FGCU makes a splash, shocks Georgetown
03/23/2013 4:55 PM
03/23/2013 5:36 PM
They’re not laughing at Florida Gulf Coast University now.
Not after the school by the beach that virtually no one had heard of until this week built a 19-point, second-half lead over supposedly mighty Georgetown, then withstood a furious Hoyas’ rally in the last three minutes to pull off the stunner of the NCAA Tournament, 78-68 in Philadelphia.
In the process not only did the Eagles wreck millions of brackets, but they became the seventh No. 15 seed to knock off a No. 2 in NCAA history.
And they did it convincingly.
FGCU’s dazzling 21-2 run early in the second half, turning a 31-31 tie into a commanding 52-33 lead proved the difference.
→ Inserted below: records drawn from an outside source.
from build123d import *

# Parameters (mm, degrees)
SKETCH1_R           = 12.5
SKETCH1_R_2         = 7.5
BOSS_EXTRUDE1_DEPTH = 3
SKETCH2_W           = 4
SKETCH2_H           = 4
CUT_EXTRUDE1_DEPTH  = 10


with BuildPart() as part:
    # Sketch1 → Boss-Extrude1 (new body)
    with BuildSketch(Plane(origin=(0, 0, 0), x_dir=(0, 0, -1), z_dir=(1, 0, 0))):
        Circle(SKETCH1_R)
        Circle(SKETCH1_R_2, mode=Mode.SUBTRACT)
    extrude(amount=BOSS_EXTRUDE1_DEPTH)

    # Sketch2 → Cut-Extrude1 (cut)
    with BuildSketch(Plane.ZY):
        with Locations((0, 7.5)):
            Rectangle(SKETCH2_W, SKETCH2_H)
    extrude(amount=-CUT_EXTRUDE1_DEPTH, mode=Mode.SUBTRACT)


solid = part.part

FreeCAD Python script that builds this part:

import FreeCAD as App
import Part
import Sketcher
Q = App.Units.Quantity

doc = App.newDocument("Part")
body = doc.addObject("PartDesign::Body", "Body")

# Sketch on YZ plane
sketch1 = doc.addObject("Sketcher::SketchObject", "Sketch")
body.addObject(sketch1)
sketch1.AttachmentSupport = (doc.YZ_Plane, [""])
sketch1.MapMode = "FlatFace"
sketch1.addGeometry(Part.Circle(App.Vector(0, 0, 0), App.Vector(0, 0, 1), 12), False)
sketch1.addGeometry(Part.Circle(App.Vector(0, 0, 0), App.Vector(0, 0, 1), 8), False)
sketch1.addConstraint(Sketcher.Constraint("Coincident", 0, 3, -1, 1))
sketch1.addConstraint(Sketcher.Constraint("Coincident", 1, 3, -1, 1))
sketch1.addConstraint(Sketcher.Constraint("Diameter", 0, Q("25 mm")))
sketch1.addConstraint(Sketcher.Constraint("Diameter", 1, Q("15 mm")))
pad1 = doc.addObject("PartDesign::Pad", "Pad")
body.addObject(pad1)
pad1.Profile = sketch1
pad1.Length = 3

# Sketch on YZ plane
sketch2 = doc.addObject("Sketcher::SketchObject", "Sketch001")
body.addObject(sketch2)
sketch2.AttachmentSupport = (doc.YZ_Plane, [""])
sketch2.MapMode = "FlatFace"
sketch2.addGeometry(Part.LineSegment(App.Vector(9.5, -2, 0), App.Vector(5.5, -2, 0)), False)
sketch2.addGeometry(Part.LineSegment(App.Vector(5.5, -2, 0), App.Vector(5.5, 2, 0)), False)
sketch2.addGeometry(Part.LineSegment(App.Vector(5.5, 2, 0), App.Vector(9.5, 2, 0)), False)
sketch2.addGeometry(Part.LineSegment(App.Vector(9.5, 2, 0), App.Vector(9.5, -2, 0)), False)
sketch2.addConstraint(Sketcher.Constraint("Coincident", 0, 2, 1, 1))
sketch2.addConstraint(Sketcher.Constraint("Coincident", 1, 2, 2, 1))
sketch2.addConstraint(Sketcher.Constraint("Coincident", 2, 2, 3, 1))
sketch2.addConstraint(Sketcher.Constraint("Coincident", 3, 2, 0, 1))
sketch2.addConstraint(Sketcher.Constraint("Horizontal", 0))
sketch2.addConstraint(Sketcher.Constraint("Vertical", 1))
sketch2.addConstraint(Sketcher.Constraint("Horizontal", 2))
sketch2.addConstraint(Sketcher.Constraint("Vertical", 3))
sketch2.addConstraint(Sketcher.Constraint("Equal", 2, 1))
sketch2.addConstraint(Sketcher.Constraint("DistanceX", 0, 2, 0, 1, Q("4 mm")))
sketch2.addConstraint(Sketcher.Constraint("DistanceY", 0, 2, -1, 1, Q("2 mm")))
sketch2.addConstraint(Sketcher.Constraint("DistanceX", -1, 1, 0, 2, Q("5.5 mm")))
pocket1 = doc.addObject("PartDesign::Pocket", "Pocket")
body.addObject(pocket1)
pocket1.Profile = sketch2
pocket1.Length = 10
pocket1.Reversed = True

doc.recompute()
During that stretch the Eagles did everything, knocking down three three-pointers, springing their big men loose for three dunks courtesy of some spectacular passes, all while keeping the Hoyas in check at the other end of the floor.
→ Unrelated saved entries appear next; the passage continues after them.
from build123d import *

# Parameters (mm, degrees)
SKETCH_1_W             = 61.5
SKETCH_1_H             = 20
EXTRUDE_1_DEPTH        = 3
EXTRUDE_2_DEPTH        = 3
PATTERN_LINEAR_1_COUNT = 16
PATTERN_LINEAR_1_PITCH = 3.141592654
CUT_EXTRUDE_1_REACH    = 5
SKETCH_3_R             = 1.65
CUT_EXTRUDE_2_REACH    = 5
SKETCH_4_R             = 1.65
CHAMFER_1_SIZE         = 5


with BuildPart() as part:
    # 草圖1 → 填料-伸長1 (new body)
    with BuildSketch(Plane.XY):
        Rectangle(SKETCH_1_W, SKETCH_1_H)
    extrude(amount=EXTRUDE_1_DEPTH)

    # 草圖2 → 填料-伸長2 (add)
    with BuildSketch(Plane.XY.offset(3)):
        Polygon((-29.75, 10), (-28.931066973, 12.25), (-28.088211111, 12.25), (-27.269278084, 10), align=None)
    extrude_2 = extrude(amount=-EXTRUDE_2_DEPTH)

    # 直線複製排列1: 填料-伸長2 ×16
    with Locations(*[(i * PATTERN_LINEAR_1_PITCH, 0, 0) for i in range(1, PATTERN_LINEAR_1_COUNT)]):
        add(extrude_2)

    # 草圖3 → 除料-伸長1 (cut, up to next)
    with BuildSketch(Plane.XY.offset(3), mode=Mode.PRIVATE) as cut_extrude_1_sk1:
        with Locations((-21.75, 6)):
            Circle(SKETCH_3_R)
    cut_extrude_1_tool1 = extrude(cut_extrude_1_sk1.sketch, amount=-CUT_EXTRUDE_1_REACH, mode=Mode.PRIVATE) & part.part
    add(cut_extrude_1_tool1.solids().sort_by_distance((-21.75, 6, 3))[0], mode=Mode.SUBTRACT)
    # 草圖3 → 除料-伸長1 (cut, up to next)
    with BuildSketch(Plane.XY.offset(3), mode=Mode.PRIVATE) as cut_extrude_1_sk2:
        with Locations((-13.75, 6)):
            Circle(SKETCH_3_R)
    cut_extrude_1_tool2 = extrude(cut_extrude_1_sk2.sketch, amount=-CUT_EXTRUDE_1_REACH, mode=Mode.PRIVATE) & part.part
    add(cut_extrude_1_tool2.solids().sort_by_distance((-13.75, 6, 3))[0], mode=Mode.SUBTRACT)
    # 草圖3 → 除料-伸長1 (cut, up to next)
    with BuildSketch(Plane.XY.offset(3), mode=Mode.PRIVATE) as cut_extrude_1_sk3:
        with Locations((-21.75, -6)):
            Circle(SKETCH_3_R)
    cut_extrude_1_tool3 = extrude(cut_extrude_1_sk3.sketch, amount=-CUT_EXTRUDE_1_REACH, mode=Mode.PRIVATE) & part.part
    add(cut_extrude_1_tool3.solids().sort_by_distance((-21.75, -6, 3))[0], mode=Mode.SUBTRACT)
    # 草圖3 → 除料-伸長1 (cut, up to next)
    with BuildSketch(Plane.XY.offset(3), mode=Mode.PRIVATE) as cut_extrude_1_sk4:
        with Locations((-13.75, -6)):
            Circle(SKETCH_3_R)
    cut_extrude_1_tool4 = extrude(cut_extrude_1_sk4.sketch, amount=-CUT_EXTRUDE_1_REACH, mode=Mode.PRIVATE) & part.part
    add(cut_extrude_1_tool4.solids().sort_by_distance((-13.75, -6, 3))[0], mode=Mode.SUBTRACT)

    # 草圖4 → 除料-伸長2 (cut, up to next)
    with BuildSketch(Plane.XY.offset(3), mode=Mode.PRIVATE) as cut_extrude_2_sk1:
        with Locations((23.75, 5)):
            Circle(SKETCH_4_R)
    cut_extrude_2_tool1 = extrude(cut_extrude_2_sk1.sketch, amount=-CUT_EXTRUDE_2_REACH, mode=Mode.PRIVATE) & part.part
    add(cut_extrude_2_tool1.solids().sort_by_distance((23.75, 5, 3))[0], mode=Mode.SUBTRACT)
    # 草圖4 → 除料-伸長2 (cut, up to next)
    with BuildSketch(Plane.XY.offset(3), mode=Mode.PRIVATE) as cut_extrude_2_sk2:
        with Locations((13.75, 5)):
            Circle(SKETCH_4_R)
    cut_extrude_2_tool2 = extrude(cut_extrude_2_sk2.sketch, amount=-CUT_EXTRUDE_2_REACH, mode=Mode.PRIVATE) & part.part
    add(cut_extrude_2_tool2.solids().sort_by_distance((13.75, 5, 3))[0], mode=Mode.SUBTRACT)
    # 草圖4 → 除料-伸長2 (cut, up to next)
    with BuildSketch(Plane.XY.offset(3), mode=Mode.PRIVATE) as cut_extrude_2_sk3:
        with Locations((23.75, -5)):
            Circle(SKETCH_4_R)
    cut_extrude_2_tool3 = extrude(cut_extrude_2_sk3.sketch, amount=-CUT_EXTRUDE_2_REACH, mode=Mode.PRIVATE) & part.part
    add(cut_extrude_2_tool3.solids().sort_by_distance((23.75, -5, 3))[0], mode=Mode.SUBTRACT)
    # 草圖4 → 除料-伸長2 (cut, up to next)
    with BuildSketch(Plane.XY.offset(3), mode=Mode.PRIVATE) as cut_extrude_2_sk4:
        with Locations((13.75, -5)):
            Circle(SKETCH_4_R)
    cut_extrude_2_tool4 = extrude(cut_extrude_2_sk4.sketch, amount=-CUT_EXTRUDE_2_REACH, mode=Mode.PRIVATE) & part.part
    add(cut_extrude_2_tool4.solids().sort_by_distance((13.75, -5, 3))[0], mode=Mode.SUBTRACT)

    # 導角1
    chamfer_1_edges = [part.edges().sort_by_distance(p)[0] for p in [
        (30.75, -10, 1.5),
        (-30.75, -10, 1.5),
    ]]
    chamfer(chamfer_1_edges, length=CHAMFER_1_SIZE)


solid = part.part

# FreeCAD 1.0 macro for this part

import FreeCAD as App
import Part
import Sketcher
from FreeCAD import Vector
Q = App.Units.Quantity


def edges_at(feature, points):
    """Names of the edges that pass closest to the given points."""
    edges = feature.Shape.Edges
    near = lambda p: min(range(len(edges)), key=lambda i: edges[i].distToShape(Part.Vertex(*p))[0])
    return sorted({f"Edge{near(p) + 1}" for p in points})

doc = App.newDocument("Part")
body = doc.addObject("PartDesign::Body", "Body")

sketch1 = body.newObject("Sketcher::SketchObject", "Sketch")
sketch1.AttachmentSupport = (doc.getObject("XY_Plane"), [""])
sketch1.MapMode = "FlatFace"
sketch1.addGeometry([
    Part.LineSegment(Vector(-31, 10, 0), Vector(-31, -10, 0)),
    Part.LineSegment(Vector(-31, -10, 0), Vector(31, -10, 0)),
    Part.LineSegment(Vector(31, -10, 0), Vector(31, 10, 0)),
    Part.LineSegment(Vector(31, 10, 0), Vector(-31, 10, 0)),
], False)
sketch1.addConstraint([
    Sketcher.Constraint("Coincident", 0, 2, 1, 1),
    Sketcher.Constraint("Coincident", 1, 2, 2, 1),
    Sketcher.Constraint("Coincident", 2, 2, 3, 1),
    Sketcher.Constraint("Coincident", 3, 2, 0, 1),
    Sketcher.Constraint("Vertical", 0),
    Sketcher.Constraint("Horizontal", 1),
    Sketcher.Constraint("Vertical", 2),
    Sketcher.Constraint("Horizontal", 3),
    Sketcher.Constraint("Symmetric", 0, 2, 2, 2, -1, 1),
    Sketcher.Constraint("DistanceY", 0, 2, 0, 1, Q("20 mm")),
    Sketcher.Constraint("DistanceX", 1, 1, 1, 2, Q("61.5 mm")),
])
pad1 = body.newObject("PartDesign::Pad", "Pad")
pad1.Profile = sketch1
pad1.Length = 3

sketch2 = body.newObject("Sketcher::SketchObject", "Sketch001")
sketch2.AttachmentSupport = (doc.getObject("XY_Plane"), [""])
sketch2.MapMode = "FlatFace"
sketch2.AttachmentOffset = App.Placement(Vector(0, 0, 3), App.Rotation())
sketch2.addGeometry([
    Part.LineSegment(Vector(-28.9, 12.2, 0), Vector(-29.8, 10, 0)),
    Part.LineSegment(Vector(-29.8, 10, 0), Vector(-27.3, 10, 0)),
    Part.LineSegment(Vector(-27.3, 10, 0), Vector(-28.1, 12.2, 0)),
    Part.LineSegment(Vector(-28.1, 12.2, 0), Vector(-28.9, 12.2, 0)),
], False)
sketch2.addConstraint([
    Sketcher.Constraint("Coincident", 0, 2, 1, 1),
    Sketcher.Constraint("Coincident", 1, 2, 2, 1),
    Sketcher.Constraint("Coincident", 2, 2, 3, 1),
    Sketcher.Constraint("Coincident", 3, 2, 0, 1),
    Sketcher.Constraint("Horizontal", 1),
    Sketcher.Constraint("Horizontal", 3),
    Sketcher.Constraint("Equal", 0, 2),
    Sketcher.Constraint("Angle", 0, Q("-110 deg")),
    Sketcher.Constraint("DistanceY", -1, 1, 0, 2, Q("10 mm")),
    Sketcher.Constraint("DistanceX", 0, 2, -1, 1, Q("29.75 mm")),
    Sketcher.Constraint("DistanceY", -1, 1, 2, 2, Q("12.25 mm")),
    Sketcher.Constraint("DistanceX", 1, 1, 1, 2, Q("2.480722 mm")),
])
pad2 = body.newObject("PartDesign::Pad", "Pad001")
pad2.Profile = sketch2
pad2.Length = 3
pad2.Reversed = True
doc.recompute()

linearpattern = body.newObject("PartDesign::LinearPattern", "LinearPattern")
linearpattern.Originals = [pad2]
linearpattern.Direction = (doc.getObject("X_Axis"), [""])
linearpattern.Mode = "offset"
linearpattern.Offset = 3.141593
linearpattern.Occurrences = 16
body.Tip = linearpattern

sketch3 = body.newObject("Sketcher::SketchObject", "Sketch002")
sketch3.AttachmentSupport = (doc.getObject("XY_Plane"), [""])
sketch3.MapMode = "FlatFace"
sketch3.AttachmentOffset = App.Placement(Vector(0, 0, 3), App.Rotation())
sketch3.addGeometry(Part.Circle(Vector(-21.8, 6, 0), Vector(0, 0, 1), 1.6), False)
sketch3.addConstraint([
    Sketcher.Constraint("Diameter", 0, Q("3.3 mm")),
    Sketcher.Constraint("DistanceY", -1, 1, 0, 3, Q("6 mm")),
    Sketcher.Constraint("DistanceX", 0, 3, -1, 1, Q("21.75 mm")),
])
pocket1 = body.newObject("PartDesign::Pocket", "Pocket")
pocket1.Profile = sketch3
pocket1.Type = "UpToFirst"

sketch4 = body.newObject("Sketcher::SketchObject", "Sketch003")
sketch4.AttachmentSupport = (doc.getObject("XY_Plane"), [""])
sketch4.MapMode = "FlatFace"
sketch4.AttachmentOffset = App.Placement(Vector(0, 0, 3), App.Rotation())
sketch4.addGeometry(Part.Circle(Vector(-13.8, 6, 0), Vector(0, 0, 1), 1.6), False)
sketch4.addConstraint([
    Sketcher.Constraint("Diameter", 0, Q("3.3 mm")),
    Sketcher.Constraint("DistanceY", -1, 1, 0, 3, Q("6 mm")),
    Sketcher.Constraint("DistanceX", 0, 3, -1, 1, Q("13.75 mm")),
])
pocket2 = body.newObject("PartDesign::Pocket", "Pocket001")
pocket2.Profile = sketch4
pocket2.Type = "UpToFirst"

sketch5 = body.newObject("Sketcher::SketchObject", "Sketch004")
sketch5.AttachmentSupport = (doc.getObject("XY_Plane"), [""])
sketch5.MapMode = "FlatFace"
sketch5.AttachmentOffset = App.Placement(Vector(0, 0, 3), App.Rotation())
sketch5.addGeometry(Part.Circle(Vector(-21.8, -6, 0), Vector(0, 0, 1), 1.6), False)
sketch5.addConstraint([
    Sketcher.Constraint("Diameter", 0, Q("3.3 mm")),
    Sketcher.Constraint("DistanceY", 0, 3, -1, 1, Q("6 mm")),
    Sketcher.Constraint("DistanceX", 0, 3, -1, 1, Q("21.75 mm")),
])
pocket3 = body.newObject("PartDesign::Pocket", "Pocket002")
pocket3.Profile = sketch5
pocket3.Type = "UpToFirst"

sketch6 = body.newObject("Sketcher::SketchObject", "Sketch005")
sketch6.AttachmentSupport = (doc.getObject("XY_Plane"), [""])
sketch6.MapMode = "FlatFace"
sketch6.AttachmentOffset = App.Placement(Vector(0, 0, 3), App.Rotation())
sketch6.addGeometry(Part.Circle(Vector(-13.8, -6, 0), Vector(0, 0, 1), 1.6), False)
sketch6.addConstraint([
    Sketcher.Constraint("Diameter", 0, Q("3.3 mm")),
    Sketcher.Constraint("DistanceY", 0, 3, -1, 1, Q("6 mm")),
    Sketcher.Constraint("DistanceX", 0, 3, -1, 1, Q("13.75 mm")),
])
pocket4 = body.newObject("PartDesign::Pocket", "Pocket003")
pocket4.Profile = sketch6
pocket4.Type = "UpToFirst"

sketch7 = body.newObject("Sketcher::SketchObject", "Sketch006")
sketch7.AttachmentSupport = (doc.getObject("XY_Plane"), [""])
sketch7.MapMode = "FlatFace"
sketch7.AttachmentOffset = App.Placement(Vector(0, 0, 3), App.Rotation())
sketch7.addGeometry(Part.Circle(Vector(23.8, 5, 0), Vector(0, 0, 1), 1.6), False)
sketch7.addConstraint([
    Sketcher.Constraint("Diameter", 0, Q("3.3 mm")),
    Sketcher.Constraint("DistanceY", -1, 1, 0, 3, Q("5 mm")),
    Sketcher.Constraint("DistanceX", -1, 1, 0, 3, Q("23.75 mm")),
])
pocket5 = body.newObject("PartDesign::Pocket", "Pocket004")
pocket5.Profile = sketch7
pocket5.Type = "UpToFirst"

sketch8 = body.newObject("Sketcher::SketchObject", "Sketch007")
sketch8.AttachmentSupport = (doc.getObject("XY_Plane"), [""])
sketch8.MapMode = "FlatFace"
sketch8.AttachmentOffset = App.Placement(Vector(0, 0, 3), App.Rotation())
sketch8.addGeometry(Part.Circle(Vector(13.8, 5, 0), Vector(0, 0, 1), 1.6), False)
sketch8.addConstraint([
    Sketcher.Constraint("Diameter", 0, Q("3.3 mm")),
    Sketcher.Constraint("DistanceY", -1, 1, 0, 3, Q("5 mm")),
    Sketcher.Constraint("DistanceX", -1, 1, 0, 3, Q("13.75 mm")),
])
pocket6 = body.newObject("PartDesign::Pocket", "Pocket005")
pocket6.Profile = sketch8
pocket6.Type = "UpToFirst"

sketch9 = body.newObject("Sketcher::SketchObject", "Sketch008")
sketch9.AttachmentSupport = (doc.getObject("XY_Plane"), [""])
sketch9.MapMode = "FlatFace"
sketch9.AttachmentOffset = App.Placement(Vector(0, 0, 3), App.Rotation())
sketch9.addGeometry(Part.Circle(Vector(23.8, -5, 0), Vector(0, 0, 1), 1.6), False)
sketch9.addConstraint([
    Sketcher.Constraint("Diameter", 0, Q("3.3 mm")),
    Sketcher.Constraint("DistanceY", 0, 3, -1, 1, Q("5 mm")),
    Sketcher.Constraint("DistanceX", -1, 1, 0, 3, Q("23.75 mm")),
])
pocket7 = body.newObject("PartDesign::Pocket", "Pocket006")
pocket7.Profile = sketch9
pocket7.Type = "UpToFirst"

sketch10 = body.newObject("Sketcher::SketchObject", "Sketch009")
sketch10.AttachmentSupport = (doc.getObject("XY_Plane"), [""])
sketch10.MapMode = "FlatFace"
sketch10.AttachmentOffset = App.Placement(Vector(0, 0, 3), App.Rotation())
sketch10.addGeometry(Part.Circle(Vector(13.8, -5, 0), Vector(0, 0, 1), 1.6), False)
sketch10.addConstraint([
    Sketcher.Constraint("Diameter", 0, Q("3.3 mm")),
    Sketcher.Constraint("DistanceY", 0, 3, -1, 1, Q("5 mm")),
    Sketcher.Constraint("DistanceX", -1, 1, 0, 3, Q("13.75 mm")),
])
pocket8 = body.newObject("PartDesign::Pocket", "Pocket007")
pocket8.Profile = sketch10
pocket8.Type = "UpToFirst"
doc.recompute()

chamfer = body.newObject("PartDesign::Chamfer", "Chamfer")
chamfer.Base = (pocket8, edges_at(pocket8, [(30.75, -10, 1.5), (-30.75, -10, 1.5)]))
chamfer.Size = 5

doc.recompute()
Georgetown never recovered, though the Hoyas did manage to close the gap to 72-68 in the final minute when Markel Starks drained back-to-back three-pointers, before FGCU calmly put it away at the line to advance to a meeting against San Diego State.
Presumably by then the Eagles and their rabid followers will have come back to earth.
“I told them before the game, ‘Georgetown’s ranked eighth in the country, but after you get on the court for 2-3 minutes you’ll realize you’re just as good or better than they are,’ ” Eagles coach Andy Enfield said once the celebration died down. “We played Georgetown style the first half. They made us play their style.
“But when we went in at halftime [leading 24-22, after falling behind early 18-11], I said, ‘We had to play FGCU basketball the second half. Push the ball and play up tempo.’
“We’re built for our style. We’re not built to grind it out every possession. The guys did a great job early on and we went on that run. They came back and if it was last year, it might’ve been a different story. We showed a lot of maturity.”
There were heroes all over the place for the Eagles, with guards Sherwood Brown and Bernard Thompson scoring 24 and 23 points respectively, each knocking down three shots from beyond the arc. Brett Comer added 12, while handing out 10 assists, including a lob for a Chase Fieler dunk that brought the house down.
Through it all, though, FGCU made sure not to relax, knowing the relentless Hoyas would keep coming at them.
“After we had that run and were up 19, I looked at the clock and saw there were still 14 minutes left,” said Brown, who hit four consecutive free throws down the stretch to help finish off the Hoyas. “I figured we’d better start playing defense.
“I knew as fast as we went on a run, they can go on a run. We felt we had nothing to lose. Georgetown had all the pressure on them.”
And the Hoyas seemed to crumble under the weight of that pressure, shooting just 37.5 percent from the field and going just 7 for 27 from three-point range. Still, after what seemed to be a comfortable 62-47 cushion was reduced to 72-68 when Starks drilled a three-pointer with 52.4 seconds left, FGCU maintained its poise to finish off the biggest win in the school’s brief history.
“This means a lot for our university,” smiled Fieler. “It’s an unbelievable feeling. We showed great heart. It’s unbelievable to be able to win this game and keep playing.”